Since Sept 15th (1 month and thirteen days as I’m writing this post right now), TTS audio generation quality has been notoriously poorer. As you listen to the generated audio, background noise like that found in radio interference has been persistent. Both Gemini 2.5 Flash Preview and Gemini 2.5 Pro Preview have the same issue going on. I’ve tried everything I can to make those audios better, but whatever tools I try using to correct this issue, the outcome is never satisfactory.
I’m getting a gradually increasing metalic ‘echo’ type of sound in the background (like Babylon5 ‘Shadow’ talk) and with eventually echo’d voice (like its speaking in a tube) - it gets worse the longer it goes, with around the 5min+ mark it’s very noticeable (using Gemini TTS….2.5 Pro preview).
Hi @Raff_Silver Apologies for late response
I am trying to replicate the issue, could you please provide the following details: Was the setup for single-speaker or multi-speaker use, which specific voice and language were selected, the exact number of tokens used in the prompt? Additionally, if there any other required steps for reproduction?
Also , if possible could you share a sample of the audio file which had background noise?
Thank you for providing the sample audio. We have escalated this issue to our engineering team for further investigation to look into the noise and echo. We appreciate your patience as we work to resolve these audio quality concerns.
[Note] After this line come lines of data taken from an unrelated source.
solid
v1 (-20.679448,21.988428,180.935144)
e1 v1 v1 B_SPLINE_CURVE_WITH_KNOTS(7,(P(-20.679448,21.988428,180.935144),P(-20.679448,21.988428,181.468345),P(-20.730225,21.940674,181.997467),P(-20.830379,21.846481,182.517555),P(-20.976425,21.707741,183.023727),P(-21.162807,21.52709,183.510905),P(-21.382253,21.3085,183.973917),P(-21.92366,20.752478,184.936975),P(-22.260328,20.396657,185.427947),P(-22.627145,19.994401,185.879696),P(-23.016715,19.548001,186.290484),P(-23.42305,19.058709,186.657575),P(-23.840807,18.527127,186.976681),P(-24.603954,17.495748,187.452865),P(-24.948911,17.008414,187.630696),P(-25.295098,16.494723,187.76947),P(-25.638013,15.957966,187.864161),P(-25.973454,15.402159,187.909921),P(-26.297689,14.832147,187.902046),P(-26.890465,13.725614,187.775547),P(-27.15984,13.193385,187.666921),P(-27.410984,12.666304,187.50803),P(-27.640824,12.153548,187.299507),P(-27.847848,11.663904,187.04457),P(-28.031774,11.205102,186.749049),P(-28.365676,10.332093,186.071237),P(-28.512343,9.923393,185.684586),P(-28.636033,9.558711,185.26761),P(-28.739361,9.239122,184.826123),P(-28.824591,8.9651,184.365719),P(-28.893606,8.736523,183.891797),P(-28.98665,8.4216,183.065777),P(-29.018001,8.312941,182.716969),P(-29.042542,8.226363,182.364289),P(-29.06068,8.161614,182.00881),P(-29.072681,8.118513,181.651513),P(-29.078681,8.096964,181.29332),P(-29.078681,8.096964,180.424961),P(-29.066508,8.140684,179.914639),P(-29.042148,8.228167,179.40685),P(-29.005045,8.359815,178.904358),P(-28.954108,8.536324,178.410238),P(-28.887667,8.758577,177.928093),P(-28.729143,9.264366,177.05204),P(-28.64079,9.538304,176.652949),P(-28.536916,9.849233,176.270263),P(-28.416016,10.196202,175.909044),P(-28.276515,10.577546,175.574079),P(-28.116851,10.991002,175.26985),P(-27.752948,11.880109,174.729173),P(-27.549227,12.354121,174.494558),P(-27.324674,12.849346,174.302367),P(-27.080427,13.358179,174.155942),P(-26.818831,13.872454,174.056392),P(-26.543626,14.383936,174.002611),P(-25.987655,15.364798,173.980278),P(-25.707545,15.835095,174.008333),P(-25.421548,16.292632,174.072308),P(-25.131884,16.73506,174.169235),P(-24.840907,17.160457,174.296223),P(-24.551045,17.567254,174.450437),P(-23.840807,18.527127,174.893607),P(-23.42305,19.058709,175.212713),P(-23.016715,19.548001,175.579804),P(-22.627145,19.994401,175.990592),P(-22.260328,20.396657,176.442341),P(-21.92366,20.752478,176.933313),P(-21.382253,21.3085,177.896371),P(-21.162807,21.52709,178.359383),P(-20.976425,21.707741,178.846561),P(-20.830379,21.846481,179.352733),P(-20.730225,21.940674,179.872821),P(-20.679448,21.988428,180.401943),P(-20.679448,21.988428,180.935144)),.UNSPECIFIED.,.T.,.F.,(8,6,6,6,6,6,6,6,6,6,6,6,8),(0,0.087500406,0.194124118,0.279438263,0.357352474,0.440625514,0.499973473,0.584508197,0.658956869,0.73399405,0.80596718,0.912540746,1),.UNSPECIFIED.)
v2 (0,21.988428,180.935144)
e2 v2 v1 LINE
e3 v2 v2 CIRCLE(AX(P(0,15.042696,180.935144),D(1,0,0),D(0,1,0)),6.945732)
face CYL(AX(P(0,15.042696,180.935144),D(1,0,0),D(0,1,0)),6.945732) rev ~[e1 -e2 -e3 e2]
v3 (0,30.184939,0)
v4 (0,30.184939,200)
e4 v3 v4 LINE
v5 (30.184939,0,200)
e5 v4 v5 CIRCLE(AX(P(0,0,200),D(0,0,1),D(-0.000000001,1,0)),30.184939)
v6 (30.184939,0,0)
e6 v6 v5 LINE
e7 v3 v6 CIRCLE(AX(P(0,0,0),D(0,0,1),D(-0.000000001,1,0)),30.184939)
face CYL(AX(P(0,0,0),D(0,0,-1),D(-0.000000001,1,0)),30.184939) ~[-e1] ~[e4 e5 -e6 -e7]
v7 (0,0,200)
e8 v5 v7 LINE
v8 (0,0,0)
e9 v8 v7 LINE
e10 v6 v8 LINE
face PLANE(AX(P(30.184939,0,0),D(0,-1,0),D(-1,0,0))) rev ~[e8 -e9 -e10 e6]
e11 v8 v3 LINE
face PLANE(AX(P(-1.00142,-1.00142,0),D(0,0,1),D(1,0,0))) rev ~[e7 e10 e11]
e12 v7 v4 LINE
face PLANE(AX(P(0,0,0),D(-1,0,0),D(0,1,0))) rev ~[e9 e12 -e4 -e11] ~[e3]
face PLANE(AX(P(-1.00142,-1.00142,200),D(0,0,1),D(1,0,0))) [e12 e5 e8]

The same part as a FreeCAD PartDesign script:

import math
import FreeCAD as App
import Part
import Sketcher
Q = App.Units.Quantity

doc = App.newDocument("Part")
body = doc.addObject("PartDesign::Body", "Body")

sketch1 = body.newObject("Sketcher::SketchObject", "Sketch")
sketch1.AttachmentSupport = (doc.getObject("XY_Plane"), [""])
sketch1.MapMode = "FlatFace"
sketch1.addGeometry([
    Part.ArcOfCircle(Part.Circle(App.Vector(0, 0, 0), App.Vector(0, 0, 1), 30), math.radians(90), math.radians(360)),
    Part.LineSegment(App.Vector(30, 0, 0), App.Vector(0, 0, 0)),
    Part.LineSegment(App.Vector(0, 0, 0), App.Vector(0, 30, 0)),
], False)
sketch1.addConstraint([
    Sketcher.Constraint("Coincident", 0, 2, 1, 1),
    Sketcher.Constraint("Coincident", 1, 2, 2, 1),
    Sketcher.Constraint("Coincident", 2, 2, 0, 1),
    Sketcher.Constraint("Horizontal", 1),
    Sketcher.Constraint("Vertical", 2),
    Sketcher.Constraint("Coincident", 0, 3, -1, 1),
    Sketcher.Constraint("Coincident", 1, 2, -1, 1),
    Sketcher.Constraint("Radius", 0, Q("30.184939 mm")),
])
pad1 = body.newObject("PartDesign::Pad", "Pad")
pad1.Profile = sketch1
pad1.Length = 200

sketch2 = body.newObject("Sketcher::SketchObject", "Sketch001")
sketch2.AttachmentSupport = (doc.getObject("YZ_Plane"), [""])
sketch2.MapMode = "FlatFace"
sketch2.addGeometry(Part.Circle(App.Vector(15, 181, 0), App.Vector(0, 0, 1), 7), False)
sketch2.addConstraint([
    Sketcher.Constraint("Diameter", 0, Q("13.891464 mm")),
    Sketcher.Constraint("DistanceX", -1, 1, 0, 3, Q("15.042696 mm")),
    Sketcher.Constraint("DistanceY", -1, 1, 0, 3, Q("180.935144 mm")),
])
pocket1 = body.newObject("PartDesign::Pocket", "Pocket")
pocket1.Profile = sketch2
pocket1.Length = 91.314025

doc.recompute()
I’m having the same issue. My hope was to use ai studio as a replacement for elevenlabs. The voice quality is initially amazing, but as the audio goes past a minute or two, it starts to get a metalic echo as the OP described here. by the end it is so bad, it sounds like I’m hearing a phone call through a tin can. I’d love to ditch elevenlabs for aistudio. Any update on this?
I am the author of a book,k and I have tested Gemini 2.5 Pro TTS. It seemed to be perfect. I did multiple tests on two paragraphs, including testing nearly all the different voices. All the tests came back perfect. I decided to move forward. I figured at first, the best would be one page at a time. I had 15 pages in the first chapter. Each page is between 600-700 words. 3900-4250 characters. The first two were perfectly fine. I ran twelve pages and discovered what is being reported. All but two others were unusable. I spoke with Google Billing. They are credited by account. I appreciate that. But, more importantly, I would really like to be able to use Gemini TTS.
I thought I would try maybe two paragraphs at a time. But, reading this thread, others seem to have problems with that, too. Is there any ETA for fixing this? The recordings that I did are really bad. Some, eh! They’re not horrible, but definitely not usable in a professional recording. But most are just horrific. @Raff_Silver I am more than happy to provide the recordings to you for review. It seems to have been reported over four months ago with no update.